MATERIALS PROVIDED:

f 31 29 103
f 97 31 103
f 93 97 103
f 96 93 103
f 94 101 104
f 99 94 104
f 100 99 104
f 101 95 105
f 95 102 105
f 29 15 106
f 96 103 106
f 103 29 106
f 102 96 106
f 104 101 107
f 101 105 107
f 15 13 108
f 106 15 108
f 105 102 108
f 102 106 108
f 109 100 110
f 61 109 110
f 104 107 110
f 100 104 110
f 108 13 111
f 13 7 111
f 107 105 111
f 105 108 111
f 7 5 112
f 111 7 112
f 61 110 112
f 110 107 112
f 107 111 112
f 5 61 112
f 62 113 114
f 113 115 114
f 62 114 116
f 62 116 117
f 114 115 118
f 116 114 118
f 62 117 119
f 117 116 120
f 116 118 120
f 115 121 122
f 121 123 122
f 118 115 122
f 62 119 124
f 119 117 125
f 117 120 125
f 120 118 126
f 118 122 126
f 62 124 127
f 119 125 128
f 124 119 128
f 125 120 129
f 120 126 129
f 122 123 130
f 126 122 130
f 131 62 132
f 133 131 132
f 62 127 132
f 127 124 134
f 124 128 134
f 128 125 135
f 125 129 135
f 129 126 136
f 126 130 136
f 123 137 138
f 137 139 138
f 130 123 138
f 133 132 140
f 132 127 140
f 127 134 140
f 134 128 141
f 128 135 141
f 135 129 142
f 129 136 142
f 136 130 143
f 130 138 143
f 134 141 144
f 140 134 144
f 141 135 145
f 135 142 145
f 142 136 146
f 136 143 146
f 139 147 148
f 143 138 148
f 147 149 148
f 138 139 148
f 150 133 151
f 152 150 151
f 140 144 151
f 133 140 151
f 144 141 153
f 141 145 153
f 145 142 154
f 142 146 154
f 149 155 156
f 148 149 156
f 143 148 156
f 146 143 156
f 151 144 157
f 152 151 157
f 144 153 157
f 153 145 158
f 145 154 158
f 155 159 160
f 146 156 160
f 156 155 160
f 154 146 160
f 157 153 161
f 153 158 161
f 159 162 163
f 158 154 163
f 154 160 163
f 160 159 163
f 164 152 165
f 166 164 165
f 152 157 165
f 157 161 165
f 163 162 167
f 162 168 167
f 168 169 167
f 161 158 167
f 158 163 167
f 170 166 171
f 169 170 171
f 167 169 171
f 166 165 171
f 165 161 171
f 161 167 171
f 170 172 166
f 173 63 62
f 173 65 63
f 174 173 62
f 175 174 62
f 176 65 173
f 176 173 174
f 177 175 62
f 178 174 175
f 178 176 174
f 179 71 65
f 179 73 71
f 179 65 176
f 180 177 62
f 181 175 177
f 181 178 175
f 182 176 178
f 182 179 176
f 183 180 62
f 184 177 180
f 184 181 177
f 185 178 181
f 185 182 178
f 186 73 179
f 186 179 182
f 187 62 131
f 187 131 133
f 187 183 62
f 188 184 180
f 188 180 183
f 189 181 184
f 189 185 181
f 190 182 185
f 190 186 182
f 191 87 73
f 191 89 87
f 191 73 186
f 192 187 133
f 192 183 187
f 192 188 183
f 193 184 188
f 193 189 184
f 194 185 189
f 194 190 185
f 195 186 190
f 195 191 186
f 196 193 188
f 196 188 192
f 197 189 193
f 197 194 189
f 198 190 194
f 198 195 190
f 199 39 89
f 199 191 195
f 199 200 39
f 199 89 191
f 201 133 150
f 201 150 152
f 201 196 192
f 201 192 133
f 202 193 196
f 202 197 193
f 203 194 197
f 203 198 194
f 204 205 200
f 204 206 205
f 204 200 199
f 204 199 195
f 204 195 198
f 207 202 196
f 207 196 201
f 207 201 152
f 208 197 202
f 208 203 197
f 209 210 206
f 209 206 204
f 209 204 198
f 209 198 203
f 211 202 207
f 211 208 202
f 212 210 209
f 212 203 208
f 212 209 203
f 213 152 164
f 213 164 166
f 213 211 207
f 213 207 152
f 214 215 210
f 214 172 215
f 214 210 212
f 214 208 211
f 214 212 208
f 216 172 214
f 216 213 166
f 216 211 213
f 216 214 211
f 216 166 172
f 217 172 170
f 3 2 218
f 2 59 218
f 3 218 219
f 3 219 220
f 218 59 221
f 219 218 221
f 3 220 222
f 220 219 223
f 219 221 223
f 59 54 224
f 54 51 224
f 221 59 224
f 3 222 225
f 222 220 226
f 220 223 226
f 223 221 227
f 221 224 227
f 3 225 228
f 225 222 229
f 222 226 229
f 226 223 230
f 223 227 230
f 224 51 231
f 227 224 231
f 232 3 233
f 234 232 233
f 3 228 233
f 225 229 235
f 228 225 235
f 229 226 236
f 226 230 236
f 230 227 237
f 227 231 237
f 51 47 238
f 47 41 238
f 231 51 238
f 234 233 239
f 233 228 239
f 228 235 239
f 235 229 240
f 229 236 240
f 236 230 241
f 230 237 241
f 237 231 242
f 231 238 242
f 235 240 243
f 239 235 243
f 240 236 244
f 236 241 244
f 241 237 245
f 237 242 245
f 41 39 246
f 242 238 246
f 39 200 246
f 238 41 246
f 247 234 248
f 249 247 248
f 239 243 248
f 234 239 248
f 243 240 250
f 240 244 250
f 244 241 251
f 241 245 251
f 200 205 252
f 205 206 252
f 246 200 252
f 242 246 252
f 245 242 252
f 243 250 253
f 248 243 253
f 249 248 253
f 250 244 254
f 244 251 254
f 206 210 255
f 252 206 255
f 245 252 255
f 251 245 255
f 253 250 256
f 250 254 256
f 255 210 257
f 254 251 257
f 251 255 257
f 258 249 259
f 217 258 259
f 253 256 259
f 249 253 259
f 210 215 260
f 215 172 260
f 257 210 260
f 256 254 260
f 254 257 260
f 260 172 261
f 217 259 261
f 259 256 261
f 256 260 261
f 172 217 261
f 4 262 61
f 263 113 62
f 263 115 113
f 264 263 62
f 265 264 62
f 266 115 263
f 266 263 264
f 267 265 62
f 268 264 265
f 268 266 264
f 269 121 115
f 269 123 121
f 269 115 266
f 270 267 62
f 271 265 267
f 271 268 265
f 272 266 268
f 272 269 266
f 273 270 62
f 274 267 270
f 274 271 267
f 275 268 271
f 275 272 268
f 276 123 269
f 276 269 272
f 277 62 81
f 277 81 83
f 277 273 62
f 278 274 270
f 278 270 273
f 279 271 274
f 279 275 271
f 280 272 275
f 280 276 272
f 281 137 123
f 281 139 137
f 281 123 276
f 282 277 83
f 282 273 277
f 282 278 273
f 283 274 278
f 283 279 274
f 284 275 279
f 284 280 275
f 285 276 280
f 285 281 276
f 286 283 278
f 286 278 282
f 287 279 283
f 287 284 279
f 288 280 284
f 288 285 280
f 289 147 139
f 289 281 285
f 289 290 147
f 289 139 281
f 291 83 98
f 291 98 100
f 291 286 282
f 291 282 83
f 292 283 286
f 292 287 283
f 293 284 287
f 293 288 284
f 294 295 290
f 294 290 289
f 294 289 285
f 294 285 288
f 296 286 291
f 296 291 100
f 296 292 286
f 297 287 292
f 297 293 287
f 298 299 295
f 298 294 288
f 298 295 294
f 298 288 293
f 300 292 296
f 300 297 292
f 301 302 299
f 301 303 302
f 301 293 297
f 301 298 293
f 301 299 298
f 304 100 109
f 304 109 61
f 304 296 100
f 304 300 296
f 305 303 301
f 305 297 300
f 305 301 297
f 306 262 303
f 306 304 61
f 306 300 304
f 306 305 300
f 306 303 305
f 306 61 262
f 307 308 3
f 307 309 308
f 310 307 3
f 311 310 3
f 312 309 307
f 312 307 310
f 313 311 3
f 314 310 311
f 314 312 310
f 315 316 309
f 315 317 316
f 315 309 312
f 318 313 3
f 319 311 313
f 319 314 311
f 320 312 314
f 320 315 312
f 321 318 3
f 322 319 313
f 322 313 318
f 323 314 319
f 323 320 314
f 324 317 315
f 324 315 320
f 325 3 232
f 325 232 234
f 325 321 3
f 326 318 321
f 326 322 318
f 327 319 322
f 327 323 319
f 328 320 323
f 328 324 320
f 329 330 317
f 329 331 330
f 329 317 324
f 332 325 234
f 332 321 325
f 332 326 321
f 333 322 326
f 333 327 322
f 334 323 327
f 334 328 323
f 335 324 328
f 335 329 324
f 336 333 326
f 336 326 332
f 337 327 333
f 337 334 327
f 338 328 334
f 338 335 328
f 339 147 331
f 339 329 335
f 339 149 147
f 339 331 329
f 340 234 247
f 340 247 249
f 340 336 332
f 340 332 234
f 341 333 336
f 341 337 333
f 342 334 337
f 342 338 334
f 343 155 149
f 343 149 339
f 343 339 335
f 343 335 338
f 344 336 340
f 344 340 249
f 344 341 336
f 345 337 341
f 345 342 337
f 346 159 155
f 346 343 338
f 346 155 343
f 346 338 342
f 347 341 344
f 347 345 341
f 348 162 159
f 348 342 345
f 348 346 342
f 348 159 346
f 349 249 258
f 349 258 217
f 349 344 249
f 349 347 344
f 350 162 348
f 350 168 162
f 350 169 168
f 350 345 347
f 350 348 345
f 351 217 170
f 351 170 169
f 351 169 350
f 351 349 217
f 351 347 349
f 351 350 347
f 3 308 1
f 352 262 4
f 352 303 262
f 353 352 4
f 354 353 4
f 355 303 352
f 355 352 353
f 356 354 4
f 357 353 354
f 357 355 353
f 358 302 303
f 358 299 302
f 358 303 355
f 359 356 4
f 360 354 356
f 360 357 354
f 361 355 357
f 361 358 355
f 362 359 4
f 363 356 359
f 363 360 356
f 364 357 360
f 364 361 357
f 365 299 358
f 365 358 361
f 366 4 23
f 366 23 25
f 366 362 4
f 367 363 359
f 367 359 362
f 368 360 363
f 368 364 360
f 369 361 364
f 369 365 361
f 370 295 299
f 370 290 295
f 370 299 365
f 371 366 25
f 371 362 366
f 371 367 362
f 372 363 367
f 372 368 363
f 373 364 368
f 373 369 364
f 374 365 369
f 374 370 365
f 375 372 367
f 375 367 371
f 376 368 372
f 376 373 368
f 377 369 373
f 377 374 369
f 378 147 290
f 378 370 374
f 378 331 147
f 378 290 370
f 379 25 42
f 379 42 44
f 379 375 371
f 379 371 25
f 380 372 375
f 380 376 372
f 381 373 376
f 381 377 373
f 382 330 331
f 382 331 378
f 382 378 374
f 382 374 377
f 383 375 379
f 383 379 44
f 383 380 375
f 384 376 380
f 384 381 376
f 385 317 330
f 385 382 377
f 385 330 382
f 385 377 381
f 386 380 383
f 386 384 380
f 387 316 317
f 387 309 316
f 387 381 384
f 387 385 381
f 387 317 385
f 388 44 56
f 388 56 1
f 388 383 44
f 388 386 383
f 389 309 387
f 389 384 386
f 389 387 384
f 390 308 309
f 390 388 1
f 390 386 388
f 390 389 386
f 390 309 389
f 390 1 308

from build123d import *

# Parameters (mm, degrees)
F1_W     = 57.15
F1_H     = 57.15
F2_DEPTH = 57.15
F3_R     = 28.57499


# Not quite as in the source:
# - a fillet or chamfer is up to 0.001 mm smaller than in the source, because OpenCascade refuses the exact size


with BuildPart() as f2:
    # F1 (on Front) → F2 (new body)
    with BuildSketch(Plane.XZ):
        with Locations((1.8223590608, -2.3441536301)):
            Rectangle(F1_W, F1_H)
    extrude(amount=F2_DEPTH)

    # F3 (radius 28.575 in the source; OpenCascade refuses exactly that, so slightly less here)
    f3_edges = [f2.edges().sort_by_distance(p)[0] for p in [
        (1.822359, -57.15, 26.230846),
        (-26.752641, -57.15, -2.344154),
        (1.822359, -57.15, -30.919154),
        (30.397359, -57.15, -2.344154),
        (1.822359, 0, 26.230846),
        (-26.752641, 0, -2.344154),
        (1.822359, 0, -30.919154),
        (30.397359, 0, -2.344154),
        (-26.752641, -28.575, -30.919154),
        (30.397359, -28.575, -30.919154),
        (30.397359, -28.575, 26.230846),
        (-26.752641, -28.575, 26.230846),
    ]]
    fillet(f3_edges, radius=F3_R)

WORK TO COMPLETE: Retype only the lines above between the line with "f 120 126 129" and the line with "f 127 134 140", counting those two lines as well, and keep every character as it is.

OUTPUT OF THE TASK:
f 120 126 129
f 122 123 130
f 126 122 130
f 131 62 132
f 133 131 132
f 62 127 132
f 127 124 134
f 124 128 134
f 128 125 135
f 125 129 135
f 129 126 136
f 126 130 136
f 123 137 138
f 137 139 138
f 130 123 138
f 133 132 140
f 132 127 140
f 127 134 140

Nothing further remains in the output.